Friday, September 17, 2021

EYES WITH QUITE A FACE

Opening in theaters this weekend:

The Eyes of Tammy Faye--One day in 2001, I spent about an hour with Tammy Faye. She was Tammy Faye Messner by that time, not Tammy Faye Bakker. We chowed down together while I interviewed her at the food court at an outdoor swap meet in east Mesa where she was signing her memoir Tammy: Telling It My Way. The copy I bought from her that day is still on my bookshelf; she signed it "God bless you Mark--Love, Tammy Faye."
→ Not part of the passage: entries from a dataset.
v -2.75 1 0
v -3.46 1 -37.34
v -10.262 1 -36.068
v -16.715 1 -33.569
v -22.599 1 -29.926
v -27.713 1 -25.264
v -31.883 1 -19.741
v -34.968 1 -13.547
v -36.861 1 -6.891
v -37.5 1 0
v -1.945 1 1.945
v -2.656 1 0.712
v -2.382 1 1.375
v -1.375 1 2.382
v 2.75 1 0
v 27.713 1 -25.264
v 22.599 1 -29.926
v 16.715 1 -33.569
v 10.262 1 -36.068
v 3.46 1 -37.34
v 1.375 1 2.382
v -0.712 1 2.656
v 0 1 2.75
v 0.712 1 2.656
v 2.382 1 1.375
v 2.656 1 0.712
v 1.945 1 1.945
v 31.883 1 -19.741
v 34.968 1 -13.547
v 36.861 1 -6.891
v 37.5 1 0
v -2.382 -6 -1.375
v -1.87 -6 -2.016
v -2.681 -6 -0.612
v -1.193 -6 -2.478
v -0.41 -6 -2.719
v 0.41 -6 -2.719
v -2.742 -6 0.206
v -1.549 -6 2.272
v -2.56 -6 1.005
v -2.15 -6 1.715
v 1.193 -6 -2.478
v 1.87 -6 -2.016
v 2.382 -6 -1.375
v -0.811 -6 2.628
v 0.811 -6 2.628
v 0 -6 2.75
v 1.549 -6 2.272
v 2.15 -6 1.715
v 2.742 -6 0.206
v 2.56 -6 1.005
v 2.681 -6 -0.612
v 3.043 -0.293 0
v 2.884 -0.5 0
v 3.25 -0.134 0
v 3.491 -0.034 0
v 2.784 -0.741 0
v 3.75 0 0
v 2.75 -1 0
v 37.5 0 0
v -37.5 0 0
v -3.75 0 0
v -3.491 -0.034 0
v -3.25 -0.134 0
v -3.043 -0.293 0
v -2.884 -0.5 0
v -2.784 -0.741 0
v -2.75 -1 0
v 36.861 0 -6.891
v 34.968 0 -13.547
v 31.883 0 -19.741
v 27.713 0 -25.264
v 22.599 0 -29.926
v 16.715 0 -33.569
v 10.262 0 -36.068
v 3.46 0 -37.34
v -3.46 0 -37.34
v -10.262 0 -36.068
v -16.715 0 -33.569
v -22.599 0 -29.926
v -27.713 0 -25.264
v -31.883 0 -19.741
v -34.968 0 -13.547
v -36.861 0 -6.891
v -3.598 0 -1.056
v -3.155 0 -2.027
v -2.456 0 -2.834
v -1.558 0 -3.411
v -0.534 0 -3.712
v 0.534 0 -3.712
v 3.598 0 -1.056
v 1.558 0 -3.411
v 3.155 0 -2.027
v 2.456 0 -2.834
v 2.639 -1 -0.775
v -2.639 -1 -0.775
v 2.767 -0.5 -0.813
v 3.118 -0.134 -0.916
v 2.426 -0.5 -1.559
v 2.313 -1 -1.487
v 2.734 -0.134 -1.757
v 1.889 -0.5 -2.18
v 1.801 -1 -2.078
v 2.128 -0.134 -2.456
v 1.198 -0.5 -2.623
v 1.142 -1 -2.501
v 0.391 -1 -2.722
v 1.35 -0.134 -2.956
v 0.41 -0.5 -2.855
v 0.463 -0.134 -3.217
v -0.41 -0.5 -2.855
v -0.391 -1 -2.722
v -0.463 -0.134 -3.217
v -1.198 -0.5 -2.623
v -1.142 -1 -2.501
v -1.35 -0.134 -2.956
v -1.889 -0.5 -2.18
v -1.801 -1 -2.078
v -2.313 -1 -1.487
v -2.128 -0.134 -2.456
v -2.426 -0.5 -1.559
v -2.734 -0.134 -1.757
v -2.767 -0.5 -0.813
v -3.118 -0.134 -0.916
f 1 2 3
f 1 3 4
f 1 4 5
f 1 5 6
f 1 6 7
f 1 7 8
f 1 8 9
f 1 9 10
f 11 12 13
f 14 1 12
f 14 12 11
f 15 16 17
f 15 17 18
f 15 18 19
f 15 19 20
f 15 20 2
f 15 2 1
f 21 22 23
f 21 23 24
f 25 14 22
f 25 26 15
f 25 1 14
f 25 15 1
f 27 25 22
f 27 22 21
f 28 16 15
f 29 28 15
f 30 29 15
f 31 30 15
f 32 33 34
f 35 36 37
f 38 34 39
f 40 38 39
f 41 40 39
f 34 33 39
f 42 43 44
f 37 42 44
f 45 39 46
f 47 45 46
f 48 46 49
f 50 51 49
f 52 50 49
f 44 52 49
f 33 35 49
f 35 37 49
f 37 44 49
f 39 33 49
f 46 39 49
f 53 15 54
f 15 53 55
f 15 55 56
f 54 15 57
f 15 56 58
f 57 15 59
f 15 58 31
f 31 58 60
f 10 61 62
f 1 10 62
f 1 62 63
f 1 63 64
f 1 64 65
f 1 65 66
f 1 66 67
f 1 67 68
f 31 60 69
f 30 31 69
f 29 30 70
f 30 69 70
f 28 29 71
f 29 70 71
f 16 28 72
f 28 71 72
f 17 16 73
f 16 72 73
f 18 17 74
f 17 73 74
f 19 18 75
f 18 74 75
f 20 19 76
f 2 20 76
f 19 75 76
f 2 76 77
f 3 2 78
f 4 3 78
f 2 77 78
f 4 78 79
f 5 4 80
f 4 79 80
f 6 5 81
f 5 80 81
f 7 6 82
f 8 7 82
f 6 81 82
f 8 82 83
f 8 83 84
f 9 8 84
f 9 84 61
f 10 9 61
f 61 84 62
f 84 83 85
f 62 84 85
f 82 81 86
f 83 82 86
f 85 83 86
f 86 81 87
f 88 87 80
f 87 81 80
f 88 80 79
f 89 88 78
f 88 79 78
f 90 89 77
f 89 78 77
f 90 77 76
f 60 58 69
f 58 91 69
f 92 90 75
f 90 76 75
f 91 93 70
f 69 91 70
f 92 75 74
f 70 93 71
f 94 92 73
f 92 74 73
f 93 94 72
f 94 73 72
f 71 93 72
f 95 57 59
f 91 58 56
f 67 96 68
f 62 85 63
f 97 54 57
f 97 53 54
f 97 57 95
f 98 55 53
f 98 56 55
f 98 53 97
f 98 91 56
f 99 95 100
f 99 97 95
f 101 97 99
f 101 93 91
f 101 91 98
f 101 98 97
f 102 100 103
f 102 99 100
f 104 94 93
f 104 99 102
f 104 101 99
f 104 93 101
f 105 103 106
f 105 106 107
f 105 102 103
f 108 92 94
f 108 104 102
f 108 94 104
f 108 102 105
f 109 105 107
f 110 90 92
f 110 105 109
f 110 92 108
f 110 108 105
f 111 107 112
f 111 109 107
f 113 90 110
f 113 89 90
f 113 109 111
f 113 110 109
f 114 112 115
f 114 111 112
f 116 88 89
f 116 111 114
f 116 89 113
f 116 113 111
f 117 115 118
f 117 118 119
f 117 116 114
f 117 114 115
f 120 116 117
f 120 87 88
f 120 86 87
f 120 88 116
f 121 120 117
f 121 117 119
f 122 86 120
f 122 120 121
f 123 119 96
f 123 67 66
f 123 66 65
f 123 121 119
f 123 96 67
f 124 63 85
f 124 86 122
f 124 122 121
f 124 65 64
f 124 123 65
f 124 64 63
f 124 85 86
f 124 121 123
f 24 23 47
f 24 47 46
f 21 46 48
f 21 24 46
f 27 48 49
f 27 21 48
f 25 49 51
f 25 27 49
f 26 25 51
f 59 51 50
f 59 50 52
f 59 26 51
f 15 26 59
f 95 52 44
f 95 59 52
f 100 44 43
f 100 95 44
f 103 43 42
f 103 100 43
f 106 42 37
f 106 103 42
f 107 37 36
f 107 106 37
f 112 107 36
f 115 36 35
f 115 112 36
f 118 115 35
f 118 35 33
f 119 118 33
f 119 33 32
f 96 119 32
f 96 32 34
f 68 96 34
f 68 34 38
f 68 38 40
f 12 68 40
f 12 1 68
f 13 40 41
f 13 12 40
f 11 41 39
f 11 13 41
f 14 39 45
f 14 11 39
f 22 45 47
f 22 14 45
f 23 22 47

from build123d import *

# Parameters (mm, degrees)
BOSS_EXTRUDE1_DEPTH = 1
SKETCH3_R           = 2.75
BOSS_EXTRUDE2_DEPTH = 7
FILLET1_R           = 1


with BuildPart() as part:
    # Sketch1 → Boss-Extrude1 (new body)
    with BuildSketch(Plane(origin=(0, 0, 0), x_dir=(1, 0, 0), z_dir=(0, 1, 0))):
        with BuildLine():
            Line((-37.5, 0), (37.5, 0))
            ThreePointArc((37.5, 0), (0, 37.5), (-37.5, 0))
        make_face()
    extrude(amount=BOSS_EXTRUDE1_DEPTH)

    # Sketch3 → Boss-Extrude2 (add)
    with BuildSketch(Plane(origin=(0, 1, 0), x_dir=(1, 0, 0), z_dir=(0, 1, 0))):
        with Locations(Location((0, 0, 0), (0, 0, 270))):
            Circle(SKETCH3_R)
    extrude(amount=-BOSS_EXTRUDE2_DEPTH)

    # Fillet1
    fillet1_edges = [part.edges().sort_by_distance(p)[0] for p in [
        (0, 0, -2.75),
    ]]
    fillet(fillet1_edges, radius=FILLET1_R)


solid = part.part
For those who may not remember: Tammy Faye was a star of evangelical TV in the 60s, '70s and '80s. Growing up poor in International Falls, Minnesota, she married aspiring preacher Jim Bakker, who she met at Bible college and who believed that God wanted us--especially him--to be prosperous. They had a traveling Christian puppet show with which they broke into TV through Pat Robertson's Christian Broadcasting Network (Jim was the original host of The 700 Club). Then they struck out on their own, founding the enormously lucrative PTL Satellite Network and other ventures such as the theme park Heritage USA. She was the life of the party on their show, and they lived in conspicuous and kitschy luxury funded by viewer donations.

Financial improprieties and sex scandals deflated the PTL enterprise in the late '80s; Jim Bakker went to federal prison for years. Tammy Faye divorced him, remarried to developer Roe Messner, and then, well, she had lunch with me. Did I mention that?
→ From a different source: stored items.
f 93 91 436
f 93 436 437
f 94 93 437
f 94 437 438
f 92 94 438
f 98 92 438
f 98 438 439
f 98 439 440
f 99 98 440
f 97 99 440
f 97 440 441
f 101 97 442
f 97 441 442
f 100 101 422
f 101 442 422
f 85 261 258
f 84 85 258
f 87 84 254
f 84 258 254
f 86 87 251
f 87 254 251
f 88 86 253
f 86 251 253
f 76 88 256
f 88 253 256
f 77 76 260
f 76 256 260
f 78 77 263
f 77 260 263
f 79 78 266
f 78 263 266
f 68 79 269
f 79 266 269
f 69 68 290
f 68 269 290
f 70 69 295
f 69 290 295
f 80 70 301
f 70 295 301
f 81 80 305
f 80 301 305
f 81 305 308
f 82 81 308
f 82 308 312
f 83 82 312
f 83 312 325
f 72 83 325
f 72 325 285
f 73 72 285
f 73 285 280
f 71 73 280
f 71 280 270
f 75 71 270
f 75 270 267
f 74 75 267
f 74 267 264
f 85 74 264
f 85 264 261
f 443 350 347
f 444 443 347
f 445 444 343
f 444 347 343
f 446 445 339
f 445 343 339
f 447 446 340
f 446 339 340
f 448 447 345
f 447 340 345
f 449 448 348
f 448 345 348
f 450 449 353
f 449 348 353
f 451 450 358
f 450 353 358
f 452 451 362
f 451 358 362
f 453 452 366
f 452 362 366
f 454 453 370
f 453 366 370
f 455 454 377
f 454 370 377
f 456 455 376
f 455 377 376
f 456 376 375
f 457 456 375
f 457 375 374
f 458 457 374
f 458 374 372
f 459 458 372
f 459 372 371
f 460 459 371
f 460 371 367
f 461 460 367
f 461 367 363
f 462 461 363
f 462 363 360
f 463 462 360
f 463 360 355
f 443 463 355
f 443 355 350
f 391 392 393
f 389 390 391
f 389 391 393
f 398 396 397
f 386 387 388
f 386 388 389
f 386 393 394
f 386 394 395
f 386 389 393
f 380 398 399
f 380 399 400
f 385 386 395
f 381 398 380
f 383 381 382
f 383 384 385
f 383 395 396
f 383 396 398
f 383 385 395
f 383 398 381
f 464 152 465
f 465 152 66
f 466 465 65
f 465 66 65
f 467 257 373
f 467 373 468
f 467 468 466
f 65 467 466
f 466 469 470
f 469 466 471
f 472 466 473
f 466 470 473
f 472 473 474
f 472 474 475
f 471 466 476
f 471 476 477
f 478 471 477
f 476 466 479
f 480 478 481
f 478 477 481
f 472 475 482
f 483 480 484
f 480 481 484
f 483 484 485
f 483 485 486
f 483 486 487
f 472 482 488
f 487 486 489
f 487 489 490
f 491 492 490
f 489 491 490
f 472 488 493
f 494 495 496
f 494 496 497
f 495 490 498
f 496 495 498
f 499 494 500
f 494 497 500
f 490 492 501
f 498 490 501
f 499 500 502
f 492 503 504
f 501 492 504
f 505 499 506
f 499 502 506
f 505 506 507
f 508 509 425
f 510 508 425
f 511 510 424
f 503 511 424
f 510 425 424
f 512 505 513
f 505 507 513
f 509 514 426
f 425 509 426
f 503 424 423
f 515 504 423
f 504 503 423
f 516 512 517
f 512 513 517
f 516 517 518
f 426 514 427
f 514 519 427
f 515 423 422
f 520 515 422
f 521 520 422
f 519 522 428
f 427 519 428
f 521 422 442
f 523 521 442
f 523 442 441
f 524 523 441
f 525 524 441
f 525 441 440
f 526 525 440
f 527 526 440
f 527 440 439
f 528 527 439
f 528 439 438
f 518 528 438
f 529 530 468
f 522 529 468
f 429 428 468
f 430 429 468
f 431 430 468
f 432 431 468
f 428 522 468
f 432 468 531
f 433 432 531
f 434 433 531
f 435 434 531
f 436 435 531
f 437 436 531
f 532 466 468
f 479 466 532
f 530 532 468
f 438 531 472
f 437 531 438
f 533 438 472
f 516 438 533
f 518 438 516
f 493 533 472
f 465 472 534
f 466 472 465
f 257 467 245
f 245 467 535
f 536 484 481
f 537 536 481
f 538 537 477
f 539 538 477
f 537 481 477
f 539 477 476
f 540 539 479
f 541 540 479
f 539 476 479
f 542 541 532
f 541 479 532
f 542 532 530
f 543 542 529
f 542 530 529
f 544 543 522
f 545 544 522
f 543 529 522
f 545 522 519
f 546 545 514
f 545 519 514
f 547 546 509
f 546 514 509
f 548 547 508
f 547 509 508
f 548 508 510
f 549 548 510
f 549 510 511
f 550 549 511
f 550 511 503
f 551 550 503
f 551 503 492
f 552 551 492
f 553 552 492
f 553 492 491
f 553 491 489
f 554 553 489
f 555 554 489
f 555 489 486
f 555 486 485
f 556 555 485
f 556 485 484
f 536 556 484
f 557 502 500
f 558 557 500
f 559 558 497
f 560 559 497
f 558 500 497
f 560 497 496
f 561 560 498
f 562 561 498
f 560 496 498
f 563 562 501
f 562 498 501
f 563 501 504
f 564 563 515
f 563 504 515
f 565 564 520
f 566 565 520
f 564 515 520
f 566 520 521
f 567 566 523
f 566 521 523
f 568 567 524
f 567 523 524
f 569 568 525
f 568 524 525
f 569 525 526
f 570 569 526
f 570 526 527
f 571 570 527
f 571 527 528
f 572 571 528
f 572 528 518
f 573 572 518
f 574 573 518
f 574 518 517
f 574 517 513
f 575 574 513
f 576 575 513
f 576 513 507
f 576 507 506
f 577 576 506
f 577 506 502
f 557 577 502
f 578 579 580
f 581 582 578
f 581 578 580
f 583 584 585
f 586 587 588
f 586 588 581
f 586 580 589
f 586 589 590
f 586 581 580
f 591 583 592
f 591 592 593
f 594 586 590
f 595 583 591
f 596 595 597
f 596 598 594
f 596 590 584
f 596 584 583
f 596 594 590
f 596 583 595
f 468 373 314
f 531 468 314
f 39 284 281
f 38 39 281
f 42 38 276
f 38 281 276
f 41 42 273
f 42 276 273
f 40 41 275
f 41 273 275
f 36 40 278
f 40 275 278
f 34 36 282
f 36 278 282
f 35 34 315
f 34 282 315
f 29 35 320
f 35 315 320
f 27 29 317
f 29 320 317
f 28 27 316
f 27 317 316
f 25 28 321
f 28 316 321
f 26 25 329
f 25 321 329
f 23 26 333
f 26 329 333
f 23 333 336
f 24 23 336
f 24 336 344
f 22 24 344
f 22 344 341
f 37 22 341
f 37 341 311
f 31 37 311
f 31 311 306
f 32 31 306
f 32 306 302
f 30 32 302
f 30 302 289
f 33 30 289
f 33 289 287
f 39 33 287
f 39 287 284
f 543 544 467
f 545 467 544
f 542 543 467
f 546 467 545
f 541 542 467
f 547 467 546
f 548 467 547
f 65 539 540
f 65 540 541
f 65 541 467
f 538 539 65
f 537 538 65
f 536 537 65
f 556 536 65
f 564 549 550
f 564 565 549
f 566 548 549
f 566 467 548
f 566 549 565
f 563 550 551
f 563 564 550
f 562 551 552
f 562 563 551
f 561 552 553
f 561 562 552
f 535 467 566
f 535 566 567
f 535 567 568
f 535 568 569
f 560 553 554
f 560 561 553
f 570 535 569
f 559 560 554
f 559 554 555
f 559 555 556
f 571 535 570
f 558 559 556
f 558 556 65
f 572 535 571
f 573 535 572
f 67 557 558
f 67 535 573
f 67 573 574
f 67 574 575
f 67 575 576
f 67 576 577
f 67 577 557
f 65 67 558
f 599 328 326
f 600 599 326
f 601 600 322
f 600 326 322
By the time I met her, Tammy Faye was on a roll thanks, in part, to a feature documentary of 2000 by Fenton Bailey and Randy Barbato called The Eyes of Tammy Faye. Probably initiated to mock its subject, this film helped her rehabilitate her image into a lovable media personality and pop-culture icon, particularly for the gay community; sort of an honorary drag queen. Now the same title has been given to a dramatized version of the story, directed by Michael Showalter from a script by Bailey and Barbato, and starring Jessica Chastain in the title role.
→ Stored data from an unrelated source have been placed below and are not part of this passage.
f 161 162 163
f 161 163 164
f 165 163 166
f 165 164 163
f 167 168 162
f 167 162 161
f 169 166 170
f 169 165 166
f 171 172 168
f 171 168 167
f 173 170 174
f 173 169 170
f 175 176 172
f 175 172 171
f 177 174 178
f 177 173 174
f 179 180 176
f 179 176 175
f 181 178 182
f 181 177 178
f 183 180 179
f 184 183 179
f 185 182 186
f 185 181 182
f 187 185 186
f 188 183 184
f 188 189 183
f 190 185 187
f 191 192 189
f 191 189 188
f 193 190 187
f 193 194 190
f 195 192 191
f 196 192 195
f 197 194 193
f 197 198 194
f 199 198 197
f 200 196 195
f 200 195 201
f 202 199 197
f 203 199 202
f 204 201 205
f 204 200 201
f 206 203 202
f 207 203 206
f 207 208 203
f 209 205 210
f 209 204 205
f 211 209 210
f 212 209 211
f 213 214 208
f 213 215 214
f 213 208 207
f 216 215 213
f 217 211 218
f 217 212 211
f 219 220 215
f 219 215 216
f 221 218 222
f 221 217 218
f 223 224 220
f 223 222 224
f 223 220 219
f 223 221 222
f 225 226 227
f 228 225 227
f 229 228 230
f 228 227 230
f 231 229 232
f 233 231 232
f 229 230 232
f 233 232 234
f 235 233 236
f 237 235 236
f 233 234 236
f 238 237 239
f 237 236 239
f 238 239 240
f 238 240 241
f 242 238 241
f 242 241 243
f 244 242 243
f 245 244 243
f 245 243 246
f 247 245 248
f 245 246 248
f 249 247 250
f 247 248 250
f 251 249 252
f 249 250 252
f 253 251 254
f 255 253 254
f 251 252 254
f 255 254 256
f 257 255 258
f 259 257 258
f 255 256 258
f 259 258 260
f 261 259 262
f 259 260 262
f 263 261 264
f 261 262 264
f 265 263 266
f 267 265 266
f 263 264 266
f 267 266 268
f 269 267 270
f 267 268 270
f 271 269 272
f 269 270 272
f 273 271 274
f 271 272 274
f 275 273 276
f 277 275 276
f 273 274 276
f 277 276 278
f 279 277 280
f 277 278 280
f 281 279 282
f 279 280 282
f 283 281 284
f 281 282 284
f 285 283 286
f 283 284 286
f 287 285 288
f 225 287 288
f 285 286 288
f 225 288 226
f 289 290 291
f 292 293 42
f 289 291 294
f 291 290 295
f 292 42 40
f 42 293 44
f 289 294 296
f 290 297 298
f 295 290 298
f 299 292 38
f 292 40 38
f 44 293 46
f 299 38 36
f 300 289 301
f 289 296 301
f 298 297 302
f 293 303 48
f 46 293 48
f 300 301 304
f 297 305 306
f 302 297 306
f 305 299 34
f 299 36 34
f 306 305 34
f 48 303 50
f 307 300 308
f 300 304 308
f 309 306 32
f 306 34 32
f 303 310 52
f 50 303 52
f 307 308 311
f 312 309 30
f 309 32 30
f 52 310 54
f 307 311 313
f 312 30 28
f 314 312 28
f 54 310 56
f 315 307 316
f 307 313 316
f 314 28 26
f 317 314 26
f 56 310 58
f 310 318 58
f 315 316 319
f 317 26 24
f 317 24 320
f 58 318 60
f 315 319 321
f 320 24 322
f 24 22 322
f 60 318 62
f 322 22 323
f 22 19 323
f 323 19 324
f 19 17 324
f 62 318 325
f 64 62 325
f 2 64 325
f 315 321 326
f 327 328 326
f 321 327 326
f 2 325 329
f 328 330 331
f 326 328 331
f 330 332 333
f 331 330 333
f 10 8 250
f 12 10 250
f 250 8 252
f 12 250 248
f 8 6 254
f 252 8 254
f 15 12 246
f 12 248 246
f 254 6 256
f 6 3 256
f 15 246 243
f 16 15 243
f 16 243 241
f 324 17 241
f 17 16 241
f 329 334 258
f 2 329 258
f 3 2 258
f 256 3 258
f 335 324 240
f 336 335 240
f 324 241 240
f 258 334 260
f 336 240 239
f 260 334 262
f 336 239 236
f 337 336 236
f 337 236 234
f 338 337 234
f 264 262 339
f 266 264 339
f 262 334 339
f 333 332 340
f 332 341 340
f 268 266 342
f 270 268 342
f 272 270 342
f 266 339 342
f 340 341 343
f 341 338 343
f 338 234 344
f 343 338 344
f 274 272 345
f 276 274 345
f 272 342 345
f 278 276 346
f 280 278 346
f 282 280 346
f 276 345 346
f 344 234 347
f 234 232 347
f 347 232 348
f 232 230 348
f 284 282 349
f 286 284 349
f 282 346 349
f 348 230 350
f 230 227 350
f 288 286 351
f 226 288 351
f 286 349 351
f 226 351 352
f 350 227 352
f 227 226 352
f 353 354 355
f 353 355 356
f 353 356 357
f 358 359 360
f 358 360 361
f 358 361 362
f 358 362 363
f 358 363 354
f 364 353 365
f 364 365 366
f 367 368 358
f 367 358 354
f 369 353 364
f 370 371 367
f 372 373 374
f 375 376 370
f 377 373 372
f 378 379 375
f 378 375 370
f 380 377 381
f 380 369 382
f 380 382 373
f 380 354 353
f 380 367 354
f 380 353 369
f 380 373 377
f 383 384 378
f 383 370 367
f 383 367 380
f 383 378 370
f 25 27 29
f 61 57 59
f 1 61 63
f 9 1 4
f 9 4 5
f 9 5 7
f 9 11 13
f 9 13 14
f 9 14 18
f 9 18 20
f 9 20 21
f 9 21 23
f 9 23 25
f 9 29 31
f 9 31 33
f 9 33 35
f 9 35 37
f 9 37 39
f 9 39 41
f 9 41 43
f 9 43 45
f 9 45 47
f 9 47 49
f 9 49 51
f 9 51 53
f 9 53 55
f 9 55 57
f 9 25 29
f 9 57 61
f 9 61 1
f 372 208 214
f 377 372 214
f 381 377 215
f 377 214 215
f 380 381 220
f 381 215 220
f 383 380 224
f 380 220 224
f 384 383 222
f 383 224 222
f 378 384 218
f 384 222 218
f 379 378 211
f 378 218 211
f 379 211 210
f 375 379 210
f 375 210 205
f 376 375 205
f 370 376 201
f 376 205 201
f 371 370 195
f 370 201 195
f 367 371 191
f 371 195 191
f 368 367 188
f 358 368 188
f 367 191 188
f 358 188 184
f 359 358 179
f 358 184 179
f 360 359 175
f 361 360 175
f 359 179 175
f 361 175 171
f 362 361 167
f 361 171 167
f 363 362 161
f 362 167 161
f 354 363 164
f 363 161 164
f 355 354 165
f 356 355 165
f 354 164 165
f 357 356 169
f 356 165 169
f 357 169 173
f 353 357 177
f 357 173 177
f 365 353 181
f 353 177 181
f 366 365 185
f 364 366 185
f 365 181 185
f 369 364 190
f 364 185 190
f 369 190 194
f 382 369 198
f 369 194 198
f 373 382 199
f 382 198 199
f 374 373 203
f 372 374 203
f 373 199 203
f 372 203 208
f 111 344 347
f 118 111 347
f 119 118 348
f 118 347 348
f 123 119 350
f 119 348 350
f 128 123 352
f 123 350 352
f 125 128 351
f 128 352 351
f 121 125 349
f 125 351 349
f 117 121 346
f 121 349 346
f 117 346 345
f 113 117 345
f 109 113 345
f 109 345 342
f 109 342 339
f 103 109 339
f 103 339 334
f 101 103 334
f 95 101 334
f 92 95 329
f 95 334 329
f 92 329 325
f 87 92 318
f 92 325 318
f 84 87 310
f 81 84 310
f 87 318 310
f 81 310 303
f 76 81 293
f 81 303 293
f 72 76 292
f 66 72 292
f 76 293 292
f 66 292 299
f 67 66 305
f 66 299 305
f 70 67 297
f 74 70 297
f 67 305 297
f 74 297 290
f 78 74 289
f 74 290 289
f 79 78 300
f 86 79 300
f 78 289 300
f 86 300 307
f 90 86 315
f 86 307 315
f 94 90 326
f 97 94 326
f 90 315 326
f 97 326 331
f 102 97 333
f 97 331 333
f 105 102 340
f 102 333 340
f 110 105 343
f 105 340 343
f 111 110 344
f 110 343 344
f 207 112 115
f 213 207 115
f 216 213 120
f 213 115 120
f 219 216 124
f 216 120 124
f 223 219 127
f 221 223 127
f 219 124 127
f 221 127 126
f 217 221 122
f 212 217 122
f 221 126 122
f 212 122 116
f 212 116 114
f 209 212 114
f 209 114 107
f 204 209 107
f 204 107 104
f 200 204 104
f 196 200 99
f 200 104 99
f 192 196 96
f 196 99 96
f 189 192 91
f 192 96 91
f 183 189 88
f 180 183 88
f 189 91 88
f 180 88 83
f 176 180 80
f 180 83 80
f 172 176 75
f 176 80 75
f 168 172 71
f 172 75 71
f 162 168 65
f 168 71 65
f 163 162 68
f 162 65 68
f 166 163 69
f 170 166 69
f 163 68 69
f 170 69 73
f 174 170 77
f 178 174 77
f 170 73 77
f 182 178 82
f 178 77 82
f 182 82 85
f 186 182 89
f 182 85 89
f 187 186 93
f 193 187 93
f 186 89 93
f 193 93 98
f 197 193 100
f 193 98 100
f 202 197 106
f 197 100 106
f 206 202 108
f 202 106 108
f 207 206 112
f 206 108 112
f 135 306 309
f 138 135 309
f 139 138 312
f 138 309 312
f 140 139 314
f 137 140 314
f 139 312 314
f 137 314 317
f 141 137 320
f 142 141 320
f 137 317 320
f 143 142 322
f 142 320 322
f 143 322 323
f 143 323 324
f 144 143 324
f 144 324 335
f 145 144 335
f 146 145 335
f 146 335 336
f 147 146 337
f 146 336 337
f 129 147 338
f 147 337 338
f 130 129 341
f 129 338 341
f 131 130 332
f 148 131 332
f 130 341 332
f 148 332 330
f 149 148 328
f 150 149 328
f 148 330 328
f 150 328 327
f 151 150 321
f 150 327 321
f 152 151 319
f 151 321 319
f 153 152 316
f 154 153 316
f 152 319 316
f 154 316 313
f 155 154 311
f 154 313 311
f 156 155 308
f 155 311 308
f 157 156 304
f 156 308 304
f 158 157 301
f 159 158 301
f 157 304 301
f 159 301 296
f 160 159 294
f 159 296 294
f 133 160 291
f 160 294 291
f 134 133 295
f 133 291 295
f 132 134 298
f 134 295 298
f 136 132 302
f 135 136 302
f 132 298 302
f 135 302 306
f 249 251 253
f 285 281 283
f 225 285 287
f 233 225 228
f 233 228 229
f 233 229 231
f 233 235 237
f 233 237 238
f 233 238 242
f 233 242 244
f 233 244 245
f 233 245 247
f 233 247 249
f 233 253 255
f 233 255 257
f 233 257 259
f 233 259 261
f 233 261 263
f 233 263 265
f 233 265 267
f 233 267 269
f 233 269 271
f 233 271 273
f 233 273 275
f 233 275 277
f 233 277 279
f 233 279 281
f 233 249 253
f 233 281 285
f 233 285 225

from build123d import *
Based on my single brief meeting, I have to say that Chastain disappears into the part; this is the woman I met back in 2001. To what extent either that interview or this performance represents the whole person can be known only to those who knew her better than either Chastain or I did--Tammy Faye passed on, from cancer, in 2007 at the age of 65. But as far as her public persona, Chastain nails it. She also gives us notes of the humor, the bold vivacity, the restlessness, the impatience, the lack of wifely subservience that made her a handful in the evangelical world of the time, and, more striking still, a sense of genuine spiritual exaltation that alienated her from the thievery and sanctimony. Chastain will probably get award buzz, and it won't be undeserved.

Andrew Garfield plays Jim Bakker, and his excellence would be easy to overlook; there's poignancy in his dim, queasy realizations of his carefully self-justified avarice, and his guilty resentment of his wife's popularity. Cherry Jones is terrific as Tammy Faye's hard-assed, no-nonsense mother, who smells trouble the first time Jim comes into the house. Frederic Lehne makes his presence felt as her more easygoing and affectionate stepfather, and in the smallish role of Jerry Falwell, Vincent D'Onofrio has fun imitating the way the preacher would clamp his lips down on terminal consonants: "JiMM."

Aside from the superb acting and the flawless period flavor, this Eyes of Tammy Faye is pretty good; not quite great. Bailey and Barbato simplify and streamline Tammy Faye's life, and maybe whitewash it a bit, too. At one point, as things are falling apart, Jim screams at Tammy that he did what he did to satisfy her greed, but while she's clearly shown enjoying the glitz, we don't really see her ask him for anything other than conjugal relations (which he neglects). It's unclear whether the movie's position is that she was greedy, or that he used her as an excuse for his own rapacity. The movie also gets a little shapeless in its final act; Bailey, Barbato and Showalter can't seem to quite figure out how to wrap it up, though Chastain is powerful in her closing scene.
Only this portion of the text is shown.